Dynamics of IgG antibody response against Plasmodium antigens among Nigerian infants and young children

Affiliations

Dynamics of IgG antibody response against Plasmodium antigens among Nigerian infants and young children

Colleen M Leonard et al. Front Immunol. .

Abstract

Background: Plasmodium falciparum malaria is a leading cause of child mortality in Nigeria. Neonates are born with maternal antibodies from placental transfer which may protect against malaria infection in the first months of life. The IgG dynamics of the transition from passively transferred antimalarial antibodies to actively acquired IgG from natural exposure have not been well elucidated.

Methods: Blood samples collected during a 2018 Nigeria nationwide HIV/AIDS household survey were available for 9,443 children under 5 years of age, with a subset of infants under 2 months of age having maternal samples available (n=41). Samples were assayed for the P. falciparum HRP2 antigen and anti-malarial IgG antibodies. LOESS regression examined the dynamics in IgG response in the first 5 years of life. Correlation with maternal IgG levels was assessed for mother/child pairs.

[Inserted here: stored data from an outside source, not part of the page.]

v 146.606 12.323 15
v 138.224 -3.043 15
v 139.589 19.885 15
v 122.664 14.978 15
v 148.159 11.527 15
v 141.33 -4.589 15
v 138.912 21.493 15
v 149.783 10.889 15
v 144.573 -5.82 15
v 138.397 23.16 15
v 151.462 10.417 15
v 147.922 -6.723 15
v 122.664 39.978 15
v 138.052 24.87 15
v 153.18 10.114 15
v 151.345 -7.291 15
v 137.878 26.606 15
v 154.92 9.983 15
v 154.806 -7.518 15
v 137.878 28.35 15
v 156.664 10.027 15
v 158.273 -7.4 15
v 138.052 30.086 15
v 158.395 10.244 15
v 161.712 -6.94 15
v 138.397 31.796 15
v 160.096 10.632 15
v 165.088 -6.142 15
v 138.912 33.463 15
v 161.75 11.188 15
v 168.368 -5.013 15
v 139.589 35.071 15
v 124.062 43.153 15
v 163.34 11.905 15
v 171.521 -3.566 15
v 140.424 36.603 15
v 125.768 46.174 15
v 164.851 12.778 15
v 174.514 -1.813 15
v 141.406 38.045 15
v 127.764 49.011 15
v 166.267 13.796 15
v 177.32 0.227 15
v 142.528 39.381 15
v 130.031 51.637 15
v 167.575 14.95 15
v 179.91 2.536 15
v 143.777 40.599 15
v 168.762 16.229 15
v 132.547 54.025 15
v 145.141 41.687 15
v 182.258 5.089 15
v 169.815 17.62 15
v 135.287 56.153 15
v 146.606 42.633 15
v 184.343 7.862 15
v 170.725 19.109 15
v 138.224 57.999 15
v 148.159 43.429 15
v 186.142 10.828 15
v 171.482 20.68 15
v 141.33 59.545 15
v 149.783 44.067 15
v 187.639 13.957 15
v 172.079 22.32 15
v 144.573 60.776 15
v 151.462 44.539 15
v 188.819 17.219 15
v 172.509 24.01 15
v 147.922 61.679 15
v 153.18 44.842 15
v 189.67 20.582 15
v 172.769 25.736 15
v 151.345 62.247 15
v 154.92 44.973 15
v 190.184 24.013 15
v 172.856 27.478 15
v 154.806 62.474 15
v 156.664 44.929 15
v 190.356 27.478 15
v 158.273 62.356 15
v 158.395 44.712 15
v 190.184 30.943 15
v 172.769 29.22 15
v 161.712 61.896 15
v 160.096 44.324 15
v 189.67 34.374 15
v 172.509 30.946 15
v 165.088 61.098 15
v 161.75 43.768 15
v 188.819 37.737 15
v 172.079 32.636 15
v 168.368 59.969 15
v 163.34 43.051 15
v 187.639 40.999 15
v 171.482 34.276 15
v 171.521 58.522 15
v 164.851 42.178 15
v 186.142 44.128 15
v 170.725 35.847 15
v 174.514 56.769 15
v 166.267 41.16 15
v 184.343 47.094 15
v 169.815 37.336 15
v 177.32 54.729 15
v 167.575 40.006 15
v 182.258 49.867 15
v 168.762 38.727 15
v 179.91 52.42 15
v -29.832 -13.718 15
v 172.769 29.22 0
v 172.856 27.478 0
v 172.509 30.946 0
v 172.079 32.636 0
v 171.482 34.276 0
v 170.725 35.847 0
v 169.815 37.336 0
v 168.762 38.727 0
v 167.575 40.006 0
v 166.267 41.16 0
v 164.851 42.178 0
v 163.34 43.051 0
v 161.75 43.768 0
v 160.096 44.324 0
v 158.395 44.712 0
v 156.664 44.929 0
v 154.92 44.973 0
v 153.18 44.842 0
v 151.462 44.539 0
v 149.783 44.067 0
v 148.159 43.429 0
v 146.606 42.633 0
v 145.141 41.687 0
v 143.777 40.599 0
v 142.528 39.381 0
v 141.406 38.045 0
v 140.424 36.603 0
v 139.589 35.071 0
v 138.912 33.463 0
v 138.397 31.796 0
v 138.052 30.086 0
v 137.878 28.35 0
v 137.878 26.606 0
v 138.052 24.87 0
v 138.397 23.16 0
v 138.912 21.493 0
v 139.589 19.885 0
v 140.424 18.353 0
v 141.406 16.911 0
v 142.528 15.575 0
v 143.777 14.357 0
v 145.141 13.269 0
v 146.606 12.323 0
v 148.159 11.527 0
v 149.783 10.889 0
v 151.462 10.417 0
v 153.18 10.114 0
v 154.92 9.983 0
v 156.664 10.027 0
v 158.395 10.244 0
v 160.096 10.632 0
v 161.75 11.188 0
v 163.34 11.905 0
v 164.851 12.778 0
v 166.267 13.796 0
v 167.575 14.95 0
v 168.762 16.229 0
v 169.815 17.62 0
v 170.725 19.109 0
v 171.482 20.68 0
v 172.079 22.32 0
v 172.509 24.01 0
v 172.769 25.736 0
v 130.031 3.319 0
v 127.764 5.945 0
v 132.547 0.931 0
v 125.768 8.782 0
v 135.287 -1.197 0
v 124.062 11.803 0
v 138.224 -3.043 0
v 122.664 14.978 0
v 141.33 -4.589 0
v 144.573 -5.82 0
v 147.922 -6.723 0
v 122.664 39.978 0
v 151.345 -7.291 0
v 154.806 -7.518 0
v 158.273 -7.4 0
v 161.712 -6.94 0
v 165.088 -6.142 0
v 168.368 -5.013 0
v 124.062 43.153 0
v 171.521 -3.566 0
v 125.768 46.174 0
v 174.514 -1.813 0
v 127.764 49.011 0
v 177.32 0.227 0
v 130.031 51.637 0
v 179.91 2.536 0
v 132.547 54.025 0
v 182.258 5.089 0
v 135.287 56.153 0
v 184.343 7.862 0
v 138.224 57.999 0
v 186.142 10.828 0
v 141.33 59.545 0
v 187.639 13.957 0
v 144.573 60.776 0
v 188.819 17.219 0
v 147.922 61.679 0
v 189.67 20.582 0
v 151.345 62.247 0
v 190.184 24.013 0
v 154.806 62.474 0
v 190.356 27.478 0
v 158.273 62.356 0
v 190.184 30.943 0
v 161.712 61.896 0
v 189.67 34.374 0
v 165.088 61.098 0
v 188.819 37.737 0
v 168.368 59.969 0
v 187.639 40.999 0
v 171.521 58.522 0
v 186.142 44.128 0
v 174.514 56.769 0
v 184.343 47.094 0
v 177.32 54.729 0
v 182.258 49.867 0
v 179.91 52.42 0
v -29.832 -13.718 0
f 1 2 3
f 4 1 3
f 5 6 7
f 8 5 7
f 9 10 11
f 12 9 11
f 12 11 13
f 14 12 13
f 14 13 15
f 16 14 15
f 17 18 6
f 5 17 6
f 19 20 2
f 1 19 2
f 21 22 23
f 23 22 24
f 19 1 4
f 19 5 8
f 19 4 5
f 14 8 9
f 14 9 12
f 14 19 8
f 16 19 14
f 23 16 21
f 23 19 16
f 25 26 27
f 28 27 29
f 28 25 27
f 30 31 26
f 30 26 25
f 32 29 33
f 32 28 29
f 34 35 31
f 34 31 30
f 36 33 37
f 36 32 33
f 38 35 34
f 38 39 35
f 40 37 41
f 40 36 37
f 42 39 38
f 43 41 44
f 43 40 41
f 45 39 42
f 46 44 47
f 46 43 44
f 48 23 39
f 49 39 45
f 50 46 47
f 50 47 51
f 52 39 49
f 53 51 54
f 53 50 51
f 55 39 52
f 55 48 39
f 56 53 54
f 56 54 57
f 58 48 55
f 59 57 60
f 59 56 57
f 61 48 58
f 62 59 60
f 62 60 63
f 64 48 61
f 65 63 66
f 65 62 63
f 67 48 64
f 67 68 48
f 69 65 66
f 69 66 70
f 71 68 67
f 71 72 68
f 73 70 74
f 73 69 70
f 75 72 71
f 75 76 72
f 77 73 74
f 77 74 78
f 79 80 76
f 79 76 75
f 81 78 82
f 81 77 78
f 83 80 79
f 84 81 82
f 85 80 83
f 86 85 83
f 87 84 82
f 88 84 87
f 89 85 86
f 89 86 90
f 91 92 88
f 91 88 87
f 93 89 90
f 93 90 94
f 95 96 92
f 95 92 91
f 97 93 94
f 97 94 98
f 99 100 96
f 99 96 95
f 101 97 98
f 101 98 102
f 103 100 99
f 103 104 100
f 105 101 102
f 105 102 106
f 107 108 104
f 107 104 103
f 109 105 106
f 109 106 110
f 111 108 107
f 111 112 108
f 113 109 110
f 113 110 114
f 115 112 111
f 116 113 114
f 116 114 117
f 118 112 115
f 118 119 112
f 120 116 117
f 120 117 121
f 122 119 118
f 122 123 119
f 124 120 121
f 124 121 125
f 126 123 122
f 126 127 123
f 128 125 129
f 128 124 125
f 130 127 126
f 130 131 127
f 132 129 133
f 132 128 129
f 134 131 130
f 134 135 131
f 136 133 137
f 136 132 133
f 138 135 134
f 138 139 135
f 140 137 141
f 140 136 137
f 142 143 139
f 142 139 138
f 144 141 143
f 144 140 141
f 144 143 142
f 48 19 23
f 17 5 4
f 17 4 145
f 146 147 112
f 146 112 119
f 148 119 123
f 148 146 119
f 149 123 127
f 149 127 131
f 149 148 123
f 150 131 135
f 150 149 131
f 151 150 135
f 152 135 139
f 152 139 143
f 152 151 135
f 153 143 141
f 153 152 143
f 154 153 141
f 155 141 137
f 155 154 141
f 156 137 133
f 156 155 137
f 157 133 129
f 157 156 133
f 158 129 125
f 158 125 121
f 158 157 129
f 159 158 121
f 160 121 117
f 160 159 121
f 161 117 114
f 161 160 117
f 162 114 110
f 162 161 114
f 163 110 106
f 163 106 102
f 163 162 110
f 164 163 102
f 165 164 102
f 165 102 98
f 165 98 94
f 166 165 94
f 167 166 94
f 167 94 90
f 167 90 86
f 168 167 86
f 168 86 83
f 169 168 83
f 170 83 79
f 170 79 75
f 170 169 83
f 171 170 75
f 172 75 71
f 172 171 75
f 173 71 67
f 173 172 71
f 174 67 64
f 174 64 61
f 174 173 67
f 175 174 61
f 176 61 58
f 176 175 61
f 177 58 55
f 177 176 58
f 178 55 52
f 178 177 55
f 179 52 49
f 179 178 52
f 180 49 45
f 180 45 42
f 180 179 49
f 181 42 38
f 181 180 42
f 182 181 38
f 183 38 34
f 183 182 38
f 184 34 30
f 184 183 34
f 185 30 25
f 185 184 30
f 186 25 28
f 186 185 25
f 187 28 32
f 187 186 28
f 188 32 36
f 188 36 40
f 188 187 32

Results: Consistent decreases were observed in median IgG levels against all Plasmodium spp. antigen targets for the first months of life. At a population level, P. falciparum apical membrane antigen-1 (AMA1) and merozoite surface protein-1 19kD (PfMSP1) IgG decreased during the first 12 months of life before reaching a nadir, whereas IgGs to other targets only declined for the first 4 months of life. Seropositivity showed a similar decline with the lowest seropositivity against AMA1 and PfMSP1 at 10-12 months, though remaining above 50% during the first 2 years of life in higher transmission areas. No protective association was observed between IgG positivity and P. falciparum infection in infants. Maternal antibody levels showed a strong positive correlation with infant antibody levels for all P. falciparum antigens from birth to 2 months of age, but this correlation was lost by 6 months of age.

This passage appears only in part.